START DATA TO EXAMINE
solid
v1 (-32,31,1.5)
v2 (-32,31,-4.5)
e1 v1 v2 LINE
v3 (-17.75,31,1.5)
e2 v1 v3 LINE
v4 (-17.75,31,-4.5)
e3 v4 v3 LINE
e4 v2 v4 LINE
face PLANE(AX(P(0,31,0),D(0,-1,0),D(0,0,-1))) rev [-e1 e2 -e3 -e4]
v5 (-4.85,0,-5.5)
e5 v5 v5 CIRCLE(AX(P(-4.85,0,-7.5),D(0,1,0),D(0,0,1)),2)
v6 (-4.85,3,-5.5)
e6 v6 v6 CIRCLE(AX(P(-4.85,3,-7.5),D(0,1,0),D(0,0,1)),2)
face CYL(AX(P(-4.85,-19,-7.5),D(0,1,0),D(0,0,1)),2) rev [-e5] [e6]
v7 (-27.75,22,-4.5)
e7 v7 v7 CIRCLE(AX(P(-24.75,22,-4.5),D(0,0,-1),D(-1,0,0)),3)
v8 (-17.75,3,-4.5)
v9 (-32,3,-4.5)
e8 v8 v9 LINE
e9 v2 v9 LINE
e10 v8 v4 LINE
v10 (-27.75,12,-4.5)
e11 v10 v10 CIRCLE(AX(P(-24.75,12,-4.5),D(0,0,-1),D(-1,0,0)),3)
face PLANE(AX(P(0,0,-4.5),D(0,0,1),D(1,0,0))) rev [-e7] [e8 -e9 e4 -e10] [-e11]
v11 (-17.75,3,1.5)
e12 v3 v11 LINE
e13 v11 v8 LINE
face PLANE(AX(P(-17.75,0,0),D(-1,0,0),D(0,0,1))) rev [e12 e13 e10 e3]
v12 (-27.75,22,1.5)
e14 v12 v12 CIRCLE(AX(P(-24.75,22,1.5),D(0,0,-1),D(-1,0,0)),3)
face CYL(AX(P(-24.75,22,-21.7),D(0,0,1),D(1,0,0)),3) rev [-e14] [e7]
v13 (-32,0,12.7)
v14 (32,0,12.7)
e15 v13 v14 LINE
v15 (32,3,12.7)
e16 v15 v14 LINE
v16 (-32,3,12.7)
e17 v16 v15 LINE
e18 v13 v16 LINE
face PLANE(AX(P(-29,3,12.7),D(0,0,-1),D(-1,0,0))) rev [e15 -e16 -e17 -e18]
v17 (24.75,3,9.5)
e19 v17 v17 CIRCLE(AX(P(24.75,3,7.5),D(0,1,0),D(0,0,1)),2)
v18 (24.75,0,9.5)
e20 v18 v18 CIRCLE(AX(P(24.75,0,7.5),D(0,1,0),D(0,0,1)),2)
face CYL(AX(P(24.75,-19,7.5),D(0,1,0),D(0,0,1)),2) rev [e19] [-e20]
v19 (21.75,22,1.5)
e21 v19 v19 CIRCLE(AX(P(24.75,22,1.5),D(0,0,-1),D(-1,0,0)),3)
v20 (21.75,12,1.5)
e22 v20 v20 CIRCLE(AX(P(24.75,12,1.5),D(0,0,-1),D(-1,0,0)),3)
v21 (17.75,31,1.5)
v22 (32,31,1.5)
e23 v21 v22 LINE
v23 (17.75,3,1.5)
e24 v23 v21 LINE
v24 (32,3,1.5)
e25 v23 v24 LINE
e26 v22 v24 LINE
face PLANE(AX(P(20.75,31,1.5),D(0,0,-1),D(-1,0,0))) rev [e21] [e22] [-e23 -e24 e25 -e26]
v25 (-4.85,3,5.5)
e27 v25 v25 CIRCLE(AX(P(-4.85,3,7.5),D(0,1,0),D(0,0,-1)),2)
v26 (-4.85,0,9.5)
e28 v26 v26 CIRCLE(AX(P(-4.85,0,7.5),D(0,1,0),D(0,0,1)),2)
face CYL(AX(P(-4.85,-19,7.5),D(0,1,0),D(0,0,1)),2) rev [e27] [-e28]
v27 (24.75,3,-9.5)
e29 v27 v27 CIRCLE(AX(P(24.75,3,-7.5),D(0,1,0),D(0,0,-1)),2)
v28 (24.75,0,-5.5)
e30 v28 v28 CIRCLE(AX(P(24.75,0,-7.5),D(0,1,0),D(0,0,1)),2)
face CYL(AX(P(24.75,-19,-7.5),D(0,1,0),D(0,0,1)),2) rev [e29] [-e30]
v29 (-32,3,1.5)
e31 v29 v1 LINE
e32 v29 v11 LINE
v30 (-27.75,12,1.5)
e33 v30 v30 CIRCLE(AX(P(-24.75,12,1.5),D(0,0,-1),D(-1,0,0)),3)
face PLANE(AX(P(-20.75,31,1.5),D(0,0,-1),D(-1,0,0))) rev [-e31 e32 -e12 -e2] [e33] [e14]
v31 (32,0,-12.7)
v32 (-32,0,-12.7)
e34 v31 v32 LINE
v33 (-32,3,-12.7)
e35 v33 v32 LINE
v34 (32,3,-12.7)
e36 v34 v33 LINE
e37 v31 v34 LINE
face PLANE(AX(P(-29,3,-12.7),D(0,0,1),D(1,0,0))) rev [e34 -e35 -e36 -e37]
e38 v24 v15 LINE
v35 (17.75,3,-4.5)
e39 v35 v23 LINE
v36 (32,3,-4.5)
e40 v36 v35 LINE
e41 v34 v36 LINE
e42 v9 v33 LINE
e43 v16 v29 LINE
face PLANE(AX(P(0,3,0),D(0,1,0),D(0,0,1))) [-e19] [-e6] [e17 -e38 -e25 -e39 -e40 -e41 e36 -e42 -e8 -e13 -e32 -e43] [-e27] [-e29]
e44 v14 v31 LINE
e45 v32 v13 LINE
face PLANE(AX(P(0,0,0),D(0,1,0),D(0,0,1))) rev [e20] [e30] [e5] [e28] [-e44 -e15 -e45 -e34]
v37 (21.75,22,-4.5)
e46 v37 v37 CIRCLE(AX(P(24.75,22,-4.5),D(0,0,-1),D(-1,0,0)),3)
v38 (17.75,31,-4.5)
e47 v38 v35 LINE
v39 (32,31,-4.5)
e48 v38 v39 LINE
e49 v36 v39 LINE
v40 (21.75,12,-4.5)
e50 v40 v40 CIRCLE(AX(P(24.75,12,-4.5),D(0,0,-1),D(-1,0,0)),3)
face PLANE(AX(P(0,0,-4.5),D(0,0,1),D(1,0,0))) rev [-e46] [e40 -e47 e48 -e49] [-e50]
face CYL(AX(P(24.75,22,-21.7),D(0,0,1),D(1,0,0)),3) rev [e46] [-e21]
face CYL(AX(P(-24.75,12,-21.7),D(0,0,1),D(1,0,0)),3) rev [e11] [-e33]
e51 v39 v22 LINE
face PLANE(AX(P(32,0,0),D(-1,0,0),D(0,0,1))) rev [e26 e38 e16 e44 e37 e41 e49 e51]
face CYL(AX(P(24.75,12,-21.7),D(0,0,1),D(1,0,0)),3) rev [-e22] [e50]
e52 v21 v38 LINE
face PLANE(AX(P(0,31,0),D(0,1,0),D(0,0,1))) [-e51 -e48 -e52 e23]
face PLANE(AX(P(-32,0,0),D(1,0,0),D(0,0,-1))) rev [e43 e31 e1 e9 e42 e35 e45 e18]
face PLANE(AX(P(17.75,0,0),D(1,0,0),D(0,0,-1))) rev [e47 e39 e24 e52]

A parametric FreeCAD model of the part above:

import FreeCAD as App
import Part
import Sketcher


def add_polygon(sketch, points):
    """Adds a closed chain of lines whose ends are joined by coincident constraints."""
    first, n = sketch.GeometryCount, len(points)
    for a, b in zip(points, points[1:] + points[:1]):
        sketch.addGeometry(Part.LineSegment(App.Vector(*a, 0), App.Vector(*b, 0)), False)
    for i in range(n):
        sketch.addConstraint(Sketcher.Constraint("Coincident", first + i, 2, first + (i + 1) % n, 1))

doc = App.newDocument("Part")
body = doc.addObject("PartDesign::Body", "Body")

# Sketch on XZ plane
sketch1 = body.newObject("Sketcher::SketchObject", "Sketch")
sketch1.AttachmentSupport = (doc.getObject("XZ_Plane"), [""])
sketch1.MapMode = "FlatFace"
add_polygon(sketch1, [(-29, -13), (-29, 13), (29, 13), (29, -13)])  # lines 0-3
sketch1.addConstraint([
    Sketcher.Constraint("Vertical", 0),
    Sketcher.Constraint("Horizontal", 1),
    Sketcher.Constraint("Vertical", 2),
    Sketcher.Constraint("Horizontal", 3),
    Sketcher.Constraint("Symmetric", 0, 2, 2, 2, -1, 1),
    Sketcher.Constraint("DistanceX", 1, 1, 1, 2, 58.0),
    Sketcher.Constraint("DistanceY", 0, 1, 0, 2, 25.4),
])
pad1 = body.newObject("PartDesign::Pad", "Pad")
pad1.Profile = sketch1
pad1.Length = 3
pad1.Reversed = True

# Sketch on XZ plane
sketch2 = body.newObject("Sketcher::SketchObject", "Sketch001")
sketch2.AttachmentSupport = (doc.getObject("XZ_Plane"), [""])
sketch2.MapMode = "FlatFace"
sketch2.AttachmentOffset = App.Placement(App.Vector(0, 0, -3), App.Rotation())
add_polygon(sketch2, [(-28.8, -12.7), (-28.8, -9.7), (-20.8, -9.7), (-20.8, -12.7)])  # lines 0-3
add_polygon(sketch2, [(20.8, -12.7), (20.8, -9.7), (28.8, -9.7), (28.8, -12.7)])  # lines 4-7
add_polygon(sketch2, [(-28.8, -1.5), (-28.8, 1.5), (-20.8, 1.5), (-20.8, -1.5)])  # lines 8-11
add_polygon(sketch2, [(20.8, -1.5), (20.8, 1.5), (28.8, 1.5), (28.8, -1.5)])  # lines 12-15
sketch2.addConstraint([
    Sketcher.Constraint("Vertical", 0),
    Sketcher.Constraint("Horizontal", 1),
    Sketcher.Constraint("Vertical", 2),
    Sketcher.Constraint("Horizontal", 3),
    Sketcher.Constraint("Vertical", 4),
    Sketcher.Constraint("Horizontal", 5),
    Sketcher.Constraint("Vertical", 6),
    Sketcher.Constraint("Horizontal", 7),
    Sketcher.Constraint("Vertical", 8),
    Sketcher.Constraint("Horizontal", 9),
    Sketcher.Constraint("Vertical", 10),
    Sketcher.Constraint("Horizontal", 11),
    Sketcher.Constraint("Vertical", 12),
    Sketcher.Constraint("Horizontal", 13),
    Sketcher.Constraint("Vertical", 14),
    Sketcher.Constraint("Horizontal", 15),
    Sketcher.Constraint("Symmetric", 10, 2, 12, 2, -1, 1),
    Sketcher.Constraint("Symmetric", 8, 2, 14, 2, -1, 1),
    Sketcher.Constraint("Symmetric", 1, 2, 4, 2, -2),
    Sketcher.Constraint("Symmetric", 3, 2, 6, 2, -2),
    Sketcher.Constraint("Horizontal", 9, 2, 12, 2),
    Sketcher.Constraint("Vertical", 3, 2, 8, 2),
    Sketcher.Constraint("Vertical", 2, 2, 9, 2),
    Sketcher.Constraint("Equal", 6, 8),
    Sketcher.Constraint("DistanceX", 1, 1, 1, 2, 8.0),
    Sketcher.Constraint("DistanceY", 0, 1, 0, 2, 3.0),
    Sketcher.Constraint("DistanceY", 0, 2, -1, 1, 9.7),
    Sketcher.Constraint("DistanceX", 1, 2, 4, 2, 41.5),
])
pad2 = body.newObject("PartDesign::Pad", "Pad001")
pad2.Profile = sketch2
pad2.Length = 28
pad2.Reversed = True

# Sketch on XY plane
sketch3 = body.newObject("Sketcher::SketchObject", "Sketch002")
sketch3.AttachmentSupport = (doc.getObject("XY_Plane"), [""])
sketch3.MapMode = "FlatFace"
sketch3.AttachmentOffset = App.Placement(App.Vector(0, 0, -9.7), App.Rotation())
sketch3.addGeometry([
    Part.Circle(App.Vector(-24.8, 12, 0), App.Vector(0, 0, 1), 3),
    Part.Circle(App.Vector(-24.8, 22, 0), App.Vector(0, 0, 1), 3),
    Part.Circle(App.Vector(24.8, 12, 0), App.Vector(0, 0, 1), 3),
    Part.Circle(App.Vector(24.8, 22, 0), App.Vector(0, 0, 1), 3),
], False)
sketch3.addConstraint([
    Sketcher.Constraint("Equal", 0, 1),
    Sketcher.Constraint("Equal", 1, 2),
    Sketcher.Constraint("Equal", 2, 3),
    Sketcher.Constraint("Symmetric", 0, 3, 2, 3, -2),
    Sketcher.Constraint("Symmetric", 1, 3, 3, 3, -2),
    Sketcher.Constraint("Vertical", 0, 3, 1, 3),
    Sketcher.Constraint("Diameter", 0, 6.0),
    Sketcher.Constraint("DistanceY", -1, 1, 0, 3, 12.0),
    Sketcher.Constraint("DistanceY", -1, 1, 1, 3, 22.0),
    Sketcher.Constraint("DistanceX", 0, 3, 2, 3, 49.5),
])
pocket1 = body.newObject("PartDesign::Pocket", "Pocket")
pocket1.Profile = sketch3
pocket1.Length = 24
pocket1.Midplane = True

# Sketch on XZ plane
sketch4 = body.newObject("Sketcher::SketchObject", "Sketch003")
sketch4.AttachmentSupport = (doc.getObject("XZ_Plane"), [""])
sketch4.MapMode = "FlatFace"
sketch4.AttachmentOffset = App.Placement(App.Vector(0, 0, -3), App.Rotation())
sketch4.addGeometry([
    Part.Circle(App.Vector(24.8, 7.5, 0), App.Vector(0, 0, 1), 2),
    Part.Circle(App.Vector(24.8, -7.5, 0), App.Vector(0, 0, 1), 2),
    Part.Circle(App.Vector(-4.8, -7.5, 0), App.Vector(0, 0, 1), 2),
    Part.Circle(App.Vector(-4.8, 7.5, 0), App.Vector(0, 0, 1), 2),
], False)
sketch4.addConstraint([
    Sketcher.Constraint("Equal", 0, 1),
    Sketcher.Constraint("Equal", 1, 2),
    Sketcher.Constraint("Equal", 2, 3),
    Sketcher.Constraint("Symmetric", 0, 3, 1, 3, -1),
    Sketcher.Constraint("Symmetric", 2, 3, 3, 3, -1),
    Sketcher.Constraint("Horizontal", 1, 3, 2, 3),
    Sketcher.Constraint("Diameter", 0, 4.0),
    Sketcher.Constraint("DistanceY", 1, 3, 0, 3, 15.0),
    Sketcher.Constraint("DistanceX", 2, 3, 1, 3, 29.6),
    Sketcher.Constraint("DistanceX", -1, 1, 0, 3, 24.75),
])
pocket2 = body.newObject("PartDesign::Pocket", "Pocket001")
pocket2.Profile = sketch4
pocket2.Length = 22
pocket2.Reversed = True

# Sketch on XZ plane
sketch5 = body.newObject("Sketcher::SketchObject", "Sketch004")
sketch5.AttachmentSupport = (doc.getObject("XZ_Plane"), [""])
sketch5.MapMode = "FlatFace"
sketch5.AttachmentOffset = App.Placement(App.Vector(0, 0, -31), App.Rotation())
add_polygon(sketch5, [(-28.8, -12.7), (-28.8, -9.7), (-20.8, -9.7), (-20.8, -12.7)])  # lines 0-3
add_polygon(sketch5, [(20.8, -12.7), (20.8, -9.7), (28.8, -9.7), (28.8, -12.7)])  # lines 4-7
sketch5.addConstraint([
    Sketcher.Constraint("Vertical", 0),
    Sketcher.Constraint("Horizontal", 1),
    Sketcher.Constraint("Vertical", 2),
    Sketcher.Constraint("Horizontal", 3),
    Sketcher.Constraint("Vertical", 4),
    Sketcher.Constraint("Horizontal", 5),
    Sketcher.Constraint("Vertical", 6),
    Sketcher.Constraint("Horizontal", 7),
    Sketcher.Constraint("Symmetric", 1, 2, 4, 2, -2),
    Sketcher.Constraint("Symmetric", 3, 2, 6, 2, -2),
    Sketcher.Constraint("DistanceX", 1, 1, 1, 2, 8.0),
    Sketcher.Constraint("DistanceY", 0, 1, 0, 2, 3.0),
    Sketcher.Constraint("DistanceY", 0, 2, -1, 1, 9.7),
    Sketcher.Constraint("DistanceX", 1, 2, 4, 2, 41.5),
])
pocket3 = body.newObject("PartDesign::Pocket", "Pocket002")
pocket3.Profile = sketch5
pocket3.Length = 28
pocket3.Reversed = True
END DATA TO EXAMINE
> _ABOUT THIS TASK_
Everything from the first line above up to and including the line that contains "v30 (-27.75,12,1.5)" should be printed exactly; please print only that.

> _SOLUTION FOR THIS TASK_
solid
v1 (-32,31,1.5)
v2 (-32,31,-4.5)
e1 v1 v2 LINE
v3 (-17.75,31,1.5)
e2 v1 v3 LINE
v4 (-17.75,31,-4.5)
e3 v4 v3 LINE
e4 v2 v4 LINE
face PLANE(AX(P(0,31,0),D(0,-1,0),D(0,0,-1))) rev [-e1 e2 -e3 -e4]
v5 (-4.85,0,-5.5)
e5 v5 v5 CIRCLE(AX(P(-4.85,0,-7.5),D(0,1,0),D(0,0,1)),2)
v6 (-4.85,3,-5.5)
e6 v6 v6 CIRCLE(AX(P(-4.85,3,-7.5),D(0,1,0),D(0,0,1)),2)
face CYL(AX(P(-4.85,-19,-7.5),D(0,1,0),D(0,0,1)),2) rev [-e5] [e6]
v7 (-27.75,22,-4.5)
e7 v7 v7 CIRCLE(AX(P(-24.75,22,-4.5),D(0,0,-1),D(-1,0,0)),3)
v8 (-17.75,3,-4.5)
v9 (-32,3,-4.5)
e8 v8 v9 LINE
e9 v2 v9 LINE
e10 v8 v4 LINE
v10 (-27.75,12,-4.5)
e11 v10 v10 CIRCLE(AX(P(-24.75,12,-4.5),D(0,0,-1),D(-1,0,0)),3)
face PLANE(AX(P(0,0,-4.5),D(0,0,1),D(1,0,0))) rev [-e7] [e8 -e9 e4 -e10] [-e11]
v11 (-17.75,3,1.5)
e12 v3 v11 LINE
e13 v11 v8 LINE
face PLANE(AX(P(-17.75,0,0),D(-1,0,0),D(0,0,1))) rev [e12 e13 e10 e3]
v12 (-27.75,22,1.5)
e14 v12 v12 CIRCLE(AX(P(-24.75,22,1.5),D(0,0,-1),D(-1,0,0)),3)
face CYL(AX(P(-24.75,22,-21.7),D(0,0,1),D(1,0,0)),3) rev [-e14] [e7]
v13 (-32,0,12.7)
v14 (32,0,12.7)
e15 v13 v14 LINE
v15 (32,3,12.7)
e16 v15 v14 LINE
v16 (-32,3,12.7)
e17 v16 v15 LINE
e18 v13 v16 LINE
face PLANE(AX(P(-29,3,12.7),D(0,0,-1),D(-1,0,0))) rev [e15 -e16 -e17 -e18]
v17 (24.75,3,9.5)
e19 v17 v17 CIRCLE(AX(P(24.75,3,7.5),D(0,1,0),D(0,0,1)),2)
v18 (24.75,0,9.5)
e20 v18 v18 CIRCLE(AX(P(24.75,0,7.5),D(0,1,0),D(0,0,1)),2)
face CYL(AX(P(24.75,-19,7.5),D(0,1,0),D(0,0,1)),2) rev [e19] [-e20]
v19 (21.75,22,1.5)
e21 v19 v19 CIRCLE(AX(P(24.75,22,1.5),D(0,0,-1),D(-1,0,0)),3)
v20 (21.75,12,1.5)
e22 v20 v20 CIRCLE(AX(P(24.75,12,1.5),D(0,0,-1),D(-1,0,0)),3)
v21 (17.75,31,1.5)
v22 (32,31,1.5)
e23 v21 v22 LINE
v23 (17.75,3,1.5)
e24 v23 v21 LINE
v24 (32,3,1.5)
e25 v23 v24 LINE
e26 v22 v24 LINE
face PLANE(AX(P(20.75,31,1.5),D(0,0,-1),D(-1,0,0))) rev [e21] [e22] [-e23 -e24 e25 -e26]
v25 (-4.85,3,5.5)
e27 v25 v25 CIRCLE(AX(P(-4.85,3,7.5),D(0,1,0),D(0,0,-1)),2)
v26 (-4.85,0,9.5)
e28 v26 v26 CIRCLE(AX(P(-4.85,0,7.5),D(0,1,0),D(0,0,1)),2)
face CYL(AX(P(-4.85,-19,7.5),D(0,1,0),D(0,0,1)),2) rev [e27] [-e28]
v27 (24.75,3,-9.5)
e29 v27 v27 CIRCLE(AX(P(24.75,3,-7.5),D(0,1,0),D(0,0,-1)),2)
v28 (24.75,0,-5.5)
e30 v28 v28 CIRCLE(AX(P(24.75,0,-7.5),D(0,1,0),D(0,0,1)),2)
face CYL(AX(P(24.75,-19,-7.5),D(0,1,0),D(0,0,1)),2) rev [e29] [-e30]
v29 (-32,3,1.5)
e31 v29 v1 LINE
e32 v29 v11 LINE
v30 (-27.75,12,1.5)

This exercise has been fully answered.